In the entries that follow, find the line containing "ThreePointArc((50, 94), (0, 44), (-50, 94))", then output exactly every line from the first through that one.

Stored data
------------------------

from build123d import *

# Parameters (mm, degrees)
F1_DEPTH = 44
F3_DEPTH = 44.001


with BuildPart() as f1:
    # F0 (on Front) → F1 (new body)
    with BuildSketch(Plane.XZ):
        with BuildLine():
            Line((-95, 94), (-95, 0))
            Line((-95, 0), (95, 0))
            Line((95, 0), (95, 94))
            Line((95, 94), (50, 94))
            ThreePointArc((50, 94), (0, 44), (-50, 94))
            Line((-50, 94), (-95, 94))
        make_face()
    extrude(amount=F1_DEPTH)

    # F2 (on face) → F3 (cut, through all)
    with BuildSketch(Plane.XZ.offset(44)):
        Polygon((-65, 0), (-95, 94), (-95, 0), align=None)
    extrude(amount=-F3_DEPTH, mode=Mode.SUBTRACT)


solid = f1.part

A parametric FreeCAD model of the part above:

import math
import FreeCAD as App
import Part
import Sketcher
from FreeCAD import Vector


def add_polygon(sketch, points):
    """Adds a closed chain of lines whose ends are joined by coincident constraints."""
    first, n = sketch.GeometryCount, len(points)
    for a, b in zip(points, points[1:] + points[:1]):
        sketch.addGeometry(Part.LineSegment(App.Vector(*a, 0), App.Vector(*b, 0)), False)
    for i in range(n):
        sketch.addConstraint(Sketcher.Constraint("Coincident", first + i, 2, first + (i + 1) % n, 1))

doc = App.newDocument("Part")
body = doc.addObject("PartDesign::Body", "Body")

# Sketch on XZ plane
sketch1 = body.newObject("Sketcher::SketchObject", "Sketch")
sketch1.AttachmentSupport = (doc.getObject("XZ_Plane"), [""])
sketch1.MapMode = "FlatFace"
sketch1.addGeometry([
    Part.LineSegment(Vector(-95, 94, 0), Vector(-95, 0, 0)),  # 0
    Part.LineSegment(Vector(-95, 0, 0), Vector(95, 0, 0)),  # 1
    Part.LineSegment(Vector(95, 0, 0), Vector(95, 94, 0)),  # 2
    Part.LineSegment(Vector(95, 94, 0), Vector(50, 94, 0)),  # 3
    Part.ArcOfCircle(Part.Circle(Vector(0, 94, 0), Vector(0, 0, 1), 50), math.radians(180), math.radians(360)),  # 4
    Part.LineSegment(Vector(-50, 94, 0), Vector(-95, 94, 0)),  # 5
], False)
sketch1.addConstraint([
    Sketcher.Constraint("Coincident", 0, 2, 1, 1),
    Sketcher.Constraint("Coincident", 1, 2, 2, 1),
    Sketcher.Constraint("Coincident", 2, 2, 3, 1),
    Sketcher.Constraint("Coincident", 3, 2, 4, 2),
    Sketcher.Constraint("Coincident", 4, 1, 5, 1),
    Sketcher.Constraint("Coincident", 5, 2, 0, 1),
    Sketcher.Constraint("Vertical", 0),
    Sketcher.Constraint("Horizontal", 1),
    Sketcher.Constraint("Vertical", 2),
    Sketcher.Constraint("Horizontal", 3),
    Sketcher.Constraint("Horizontal", 5),
    Sketcher.Constraint("Symmetric", 0, 2, 1, 2, -1, 1),
    Sketcher.Constraint("Symmetric", 3, 2, 4, 1, -2),
    Sketcher.Constraint("Horizontal", 4, 3, 2, 2),
    Sketcher.Constraint("Radius", 4, 50.0),
    Sketcher.Constraint("DistanceX", 1, 1, 1, 2, 190.0),
    Sketcher.Constraint("DistanceY", 0, 2, 0, 1, 94.0),
])
pad1 = body.newObject("PartDesign::Pad", "Pad")
pad1.Profile = sketch1
pad1.Length = 44

# Sketch on XZ plane
sketch2 = body.newObject("Sketcher::SketchObject", "Sketch001")
sketch2.AttachmentSupport = (doc.getObject("XZ_Plane"), [""])
sketch2.MapMode = "FlatFace"
sketch2.AttachmentOffset = App.Placement(Vector(0, 0, 44), App.Rotation())
add_polygon(sketch2, [(-65, 0), (-95, 94), (-95, 0)])  # lines 0-2
sketch2.addConstraint([
    Sketcher.Constraint("Vertical", 1),
    Sketcher.Constraint("Horizontal", 2),
    Sketcher.Constraint("PointOnObject", 1, 2, -1),
    Sketcher.Constraint("DistanceX", 2, 1, 2, 2, 30.0),
    Sketcher.Constraint("DistanceY", 1, 2, 1, 1, 94.0),
    Sketcher.Constraint("DistanceX", 0, 2, -1, 1, 95.0),
])
pocket1 = body.newObject("PartDesign::Pocket", "Pocket")
pocket1.Profile = sketch2
pocket1.Type = "ThroughAll"

doc.recompute()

------------------------

• Answer space:
from build123d import *

# Parameters (mm, degrees)
F1_DEPTH = 44
F3_DEPTH = 44.001


with BuildPart() as f1:
    # F0 (on Front) → F1 (new body)
    with BuildSketch(Plane.XZ):
        with BuildLine():
            Line((-95, 94), (-95, 0))
            Line((-95, 0), (95, 0))
            Line((95, 0), (95, 94))
            Line((95, 94), (50, 94))
            ThreePointArc((50, 94), (0, 44), (-50, 94))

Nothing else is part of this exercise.